None of the four cuts are really surprising. Paul and Amy had disastrous outings. Rudy and Nicole weren't as bad as the two, but they still weren't all that impressive. It's true that there were worse singers out there (Antonella and Sundance come to mind), but let's be fair: none of the four were going to advance very far. It was just a matter of time. Let's use our litmus test: were we entertained? Answer: not really. Maybe they weren't the four worst singers, but we doubt they would have lasted into the top 12 at any rate.

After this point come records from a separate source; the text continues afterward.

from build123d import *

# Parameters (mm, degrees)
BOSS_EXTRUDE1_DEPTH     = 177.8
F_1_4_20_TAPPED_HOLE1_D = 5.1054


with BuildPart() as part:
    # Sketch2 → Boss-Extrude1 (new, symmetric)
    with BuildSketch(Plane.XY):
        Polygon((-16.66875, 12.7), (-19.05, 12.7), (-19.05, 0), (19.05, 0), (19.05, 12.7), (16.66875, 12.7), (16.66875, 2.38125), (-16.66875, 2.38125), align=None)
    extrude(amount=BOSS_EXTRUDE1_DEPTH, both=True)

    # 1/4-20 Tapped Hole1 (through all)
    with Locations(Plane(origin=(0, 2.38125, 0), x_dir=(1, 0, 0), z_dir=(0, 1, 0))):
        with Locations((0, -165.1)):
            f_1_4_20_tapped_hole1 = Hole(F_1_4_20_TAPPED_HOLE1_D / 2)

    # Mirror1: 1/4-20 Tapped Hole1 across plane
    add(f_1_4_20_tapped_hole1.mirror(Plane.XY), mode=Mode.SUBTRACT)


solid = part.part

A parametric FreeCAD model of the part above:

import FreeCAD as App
import Part
import Sketcher
from FreeCAD import Vector
Q = App.Units.Quantity

doc = App.newDocument("Part")
params = doc.addObject("Spreadsheet::Sheet", "Params")
for row, (alias, value) in enumerate([
    ("sketch1_width", "1.5 in"),
    ("sketch1_height", "0.5 in"),
    ("sketch1_width2", "0.09375 in"),
    ("sketch1_height2", "0.40625 in"),
    ("pad1_length", "14 in"),
    ("sketch2_diameter", "0.201 in"),
    ("hole_diameter", "0.201 in"),
], start=1):
    params.set(f"A{row}", alias)
    params.set(f"B{row}", "=" + value)
    params.setAlias(f"B{row}", alias)

body = doc.addObject("PartDesign::Body", "Body")

sketch1 = body.newObject("Sketcher::SketchObject", "Sketch")
sketch1.AttachmentSupport = (doc.getObject("XY_Plane"), [""])
sketch1.MapMode = "FlatFace"
sketch1.addGeometry([
    Part.LineSegment(Vector(-16.7, 12.7, 0), Vector(-19.1, 12.7, 0)),
    Part.LineSegment(Vector(-19.1, 12.7, 0), Vector(-19.1, 0, 0)),
    Part.LineSegment(Vector(-19.1, 0, 0), Vector(19.1, 0, 0)),
    Part.LineSegment(Vector(19.1, 0, 0), Vector(19.1, 12.7, 0)),
    Part.LineSegment(Vector(19.1, 12.7, 0), Vector(16.7, 12.7, 0)),
    Part.LineSegment(Vector(16.7, 12.7, 0), Vector(16.7, 2.4, 0)),
    Part.LineSegment(Vector(16.7, 2.4, 0), Vector(-16.7, 2.4, 0)),
    Part.LineSegment(Vector(-16.7, 2.4, 0), Vector(-16.7, 12.7, 0)),
], False)
sketch1.addConstraint([
    Sketcher.Constraint("Coincident", 0, 2, 1, 1),
    Sketcher.Constraint("Coincident", 1, 2, 2, 1),
    Sketcher.Constraint("Coincident", 2, 2, 3, 1),
    Sketcher.Constraint("Coincident", 3, 2, 4, 1),
    Sketcher.Constraint("Coincident", 4, 2, 5, 1),
    Sketcher.Constraint("Coincident", 5, 2, 6, 1),
    Sketcher.Constraint("Coincident", 6, 2, 7, 1),
    Sketcher.Constraint("Coincident", 7, 2, 0, 1),
    Sketcher.Constraint("Horizontal", 0),
    Sketcher.Constraint("Vertical", 1),
    Sketcher.Constraint("Horizontal", 2),
    Sketcher.Constraint("Vertical", 3),
    Sketcher.Constraint("Horizontal", 4),
    Sketcher.Constraint("Vertical", 5),
    Sketcher.Constraint("Horizontal", 6),
    Sketcher.Constraint("Vertical", 7),
    Sketcher.Constraint("Symmetric", 1, 2, 2, 2, -1, 1),
    Sketcher.Constraint("Symmetric", 4, 2, 7, 2, -2),
    Sketcher.Constraint("DistanceX", 2, 1, 2, 2, Q("1.5 in")),
    Sketcher.Constraint("DistanceY", 1, 2, 1, 1, Q("0.5 in")),
    Sketcher.Constraint("DistanceX", 0, 2, 0, 1, Q("0.09375 in")),
    Sketcher.Constraint("DistanceY", 5, 2, 5, 1, Q("0.40625 in")),
])
sketch1.setExpression("Constraints[18]", "Params.sketch1_width")
sketch1.setExpression("Constraints[19]", "Params.sketch1_height")
sketch1.setExpression("Constraints[20]", "Params.sketch1_width2")
sketch1.setExpression("Constraints[21]", "Params.sketch1_height2")
pad1 = body.newObject("PartDesign::Pad", "Pad")
pad1.Profile = sketch1
pad1.setExpression("Length", "Params.pad1_length")
pad1.Midplane = True

sketch2 = body.newObject("Sketcher::SketchObject", "Sketch001")
sketch2.AttachmentSupport = (doc.getObject("XZ_Plane"), [""])
sketch2.MapMode = "FlatFace"
sketch2.AttachmentOffset = App.Placement(Vector(0, 0, -0.09375 * 25.4), App.Rotation())
sketch2.addGeometry(Part.Circle(Vector(0, 165.1, 0), Vector(0, 0, 1), 2.6), False)
sketch2.addConstraint([
    Sketcher.Constraint("PointOnObject", 0, 3, -2),
    Sketcher.Constraint("Diameter", 0, Q("0.201 in")),
    Sketcher.Constraint("DistanceY", -1, 1, 0, 3, Q("6.5 in")),
])
sketch2.setExpression("Constraints[1]", "Params.sketch2_diameter")
doc.recompute()
hole = body.newObject("PartDesign::Hole", "Hole")
hole.Profile = sketch2
hole.ThreadType = "None"
hole.setExpression("Diameter", "Params.hole_diameter")
hole.DepthType = "ThroughAll"
hole.Reversed = True
doc.recompute()

mirrored = body.newObject("PartDesign::Mirrored", "Mirrored")
mirrored.Originals = [hole]
mirrored.MirrorPlane = (doc.getObject("XY_Plane"), [""])
body.Tip = mirrored

doc.recompute()
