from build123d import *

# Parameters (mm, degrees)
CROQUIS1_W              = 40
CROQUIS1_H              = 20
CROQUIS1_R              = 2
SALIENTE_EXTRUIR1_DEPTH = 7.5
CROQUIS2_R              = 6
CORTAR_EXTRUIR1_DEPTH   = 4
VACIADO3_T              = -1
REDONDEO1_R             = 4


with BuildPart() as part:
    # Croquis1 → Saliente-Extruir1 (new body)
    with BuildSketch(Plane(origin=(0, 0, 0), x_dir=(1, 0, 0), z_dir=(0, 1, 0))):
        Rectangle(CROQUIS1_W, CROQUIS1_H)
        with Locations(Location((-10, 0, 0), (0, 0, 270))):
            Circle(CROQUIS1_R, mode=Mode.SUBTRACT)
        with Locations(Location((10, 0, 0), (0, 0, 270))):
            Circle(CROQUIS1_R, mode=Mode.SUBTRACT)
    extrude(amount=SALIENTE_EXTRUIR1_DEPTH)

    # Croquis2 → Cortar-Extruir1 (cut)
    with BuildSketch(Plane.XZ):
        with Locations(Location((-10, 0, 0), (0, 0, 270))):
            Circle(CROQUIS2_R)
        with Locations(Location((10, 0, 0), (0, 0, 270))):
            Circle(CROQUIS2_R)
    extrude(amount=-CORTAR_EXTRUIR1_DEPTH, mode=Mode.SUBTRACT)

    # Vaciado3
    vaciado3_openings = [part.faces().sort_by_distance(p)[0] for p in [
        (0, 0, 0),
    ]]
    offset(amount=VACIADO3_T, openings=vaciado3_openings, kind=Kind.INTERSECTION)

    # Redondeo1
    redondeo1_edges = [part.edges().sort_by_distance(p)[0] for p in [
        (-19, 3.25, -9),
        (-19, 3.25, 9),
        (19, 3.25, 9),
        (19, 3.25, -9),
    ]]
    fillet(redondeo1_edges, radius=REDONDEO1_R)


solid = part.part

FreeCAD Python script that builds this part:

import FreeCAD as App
import Part
import Sketcher

V = App.Vector
Q = App.Units.Quantity


def edges_at(feature, points):
    """Names of the edges that pass closest to the given points."""
    edges = feature.Shape.Edges
    near = lambda p: min(range(len(edges)), key=lambda i: edges[i].distToShape(Part.Vertex(*p))[0])
    return sorted({f"Edge{near(p) + 1}" for p in points})


def faces_at(feature, points):
    """Names of the faces that lie closest to the given points."""
    faces = feature.Shape.Faces
    near = lambda p: min(range(len(faces)), key=lambda i: faces[i].distToShape(Part.Vertex(*p))[0])
    return sorted({f"Face{near(p) + 1}" for p in points})


def add_polygon(sketch, points):
    """Adds a closed chain of lines whose ends are joined by coincident constraints."""
    first, n = sketch.GeometryCount, len(points)
    for a, b in zip(points, points[1:] + points[:1]):
        sketch.addGeometry(Part.LineSegment(App.Vector(*a, 0), App.Vector(*b, 0)), False)
    for i in range(n):
        sketch.addConstraint(Sketcher.Constraint("Coincident", first + i, 2, first + (i + 1) % n, 1))

doc = App.newDocument("Part")
body = doc.addObject("PartDesign::Body", "Body")

sketch1 = body.newObject("Sketcher::SketchObject", "Sketch")
sketch1.AttachmentSupport = (doc.getObject("XZ_Plane"), [""])
sketch1.MapMode = "FlatFace"
add_polygon(sketch1, [(-20, -10), (-20, 10), (20, 10), (20, -10)])
sketch1.addGeometry(Part.Circle(V(-10, 0, 0), V(0, 0, 1), 2), False)
sketch1.addGeometry(Part.Circle(V(10, 0, 0), V(0, 0, 1), 2), False)
sketch1.addConstraint([
    Sketcher.Constraint("Vertical", 0),
    Sketcher.Constraint("Horizontal", 1),
    Sketcher.Constraint("Vertical", 2),
    Sketcher.Constraint("Horizontal", 3),
    Sketcher.Constraint("Equal", 4, 5),
    Sketcher.Constraint("Symmetric", 4, 3, 5, 3, -1, 1),
    Sketcher.Constraint("Symmetric", 0, 2, 2, 2, -1, 1),
    Sketcher.Constraint("PointOnObject", 4, 3, -1),
    Sketcher.Constraint("Diameter", 4, Q("4 mm")),
    Sketcher.Constraint("DistanceX", 1, 1, 1, 2, Q("40 mm")),
    Sketcher.Constraint("DistanceY", 0, 1, 0, 2, Q("20 mm")),
    Sketcher.Constraint("DistanceX", 4, 3, -1, 1, Q("10 mm")),
])
pad1 = body.newObject("PartDesign::Pad", "Pad")
pad1.Profile = sketch1
pad1.Length = 7.5
pad1.Reversed = True

sketch2 = body.newObject("Sketcher::SketchObject", "Sketch001")
sketch2.AttachmentSupport = (doc.getObject("XZ_Plane"), [""])
sketch2.MapMode = "FlatFace"
sketch2.addGeometry([
    Part.Circle(V(-10, 0, 0), V(0, 0, 1), 6),
    Part.Circle(V(10, 0, 0), V(0, 0, 1), 6),
], False)
sketch2.addConstraint([
    Sketcher.Constraint("Equal", 0, 1),
    Sketcher.Constraint("Symmetric", 0, 3, 1, 3, -1, 1),
    Sketcher.Constraint("PointOnObject", 0, 3, -1),
    Sketcher.Constraint("Diameter", 0, Q("12 mm")),
    Sketcher.Constraint("DistanceX", 0, 3, -1, 1, Q("10 mm")),
])
pocket1 = body.newObject("PartDesign::Pocket", "Pocket")
pocket1.Profile = sketch2
pocket1.Length = 4
doc.recompute()

thickness = body.newObject("PartDesign::Thickness", "Thickness")
thickness.Base = (pocket1, faces_at(pocket1, [(0, 0, 0)]))
thickness.Value = 1
thickness.Reversed = True
thickness.Join = "Intersection"
doc.recompute()

fillet = body.newObject("PartDesign::Fillet", "Fillet")
fillet.Base = (thickness, edges_at(thickness, [
    (-19, 3.25, -9),
    (-19, 3.25, 9),
    (19, 3.25, 9),
    (19, 3.25, -9),
]))
fillet.Radius = 4

doc.recompute()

You have officially been pimped: longtime Idol viewers will note it was a little hard not to miss the blatant pimping that Lakisha Jones got on Wednesday night. We can't help but wonder if the powers that be have erred here. She was very good on the show, but her versatility is still an open question. The closest parallel may not be to Fantasia Barrino, but to Mandisa. That's not such a good thing - Mandisa bowed out 10th, after all. The real front-runner may not be Lakisha, but someone like Melinda Doolittle or Jordin Sparks.
The Simon and Ryan Chronicles: while we don't have the distaste that others have for Ryan Seacrest, we have to admit this act of him and Simon liking or not liking each other is getting tired. We have no idea what the whole "sweetheart" exchange on Tuesday's show was about. If we didn't know any better, we'd say it was some kind of elaborate publicity stunt. But American Idol would never resort to that, wouldn't it?
From the Overblown Stories Department: we've heard about the leaked photos of Antonella, the most (in)famous of which had her sitting on top of a toilet. Our reaction: what's the big deal? No doubt they're dumb, but to paraphrase Scott Adams: at one time or another, we're all idiots. AI contestants are no different.
On the topic of boobies: Tyra Banks on Kat McPhee: “I squeezed her boobs and they are real! They're jiggly and soft!”
According to Article 43, Section 19c, Subsection A: the rather dubious quality of the male half of the top 24 made us wonder about some of Idol's rules. Specifically, why are contestants who make the top 40 but not the top 24 not allowed to come back?
When Idol had the original format from seasons 1 to 3, the rule was if you made it to the group stage you couldn't come back. The rule made sense – America had decided, and it would be unfair if people who made it that far could come back again.
With the change in format to the 12 guy-12 girl format in season 4, however, the rule changed to something that made no sense. What was the merit in banning someone from coming back if America hadn't had its say? More often than not, it seems, good talent is left on the plate while mediocrity gets through. Where's the benefit of not letting people like Marissa Rose, Tommy Lewis, and even ex-Brokenote Cowboy Matthew Buckstein come back for one more try? They can't be worse than what we've been subjected to, right?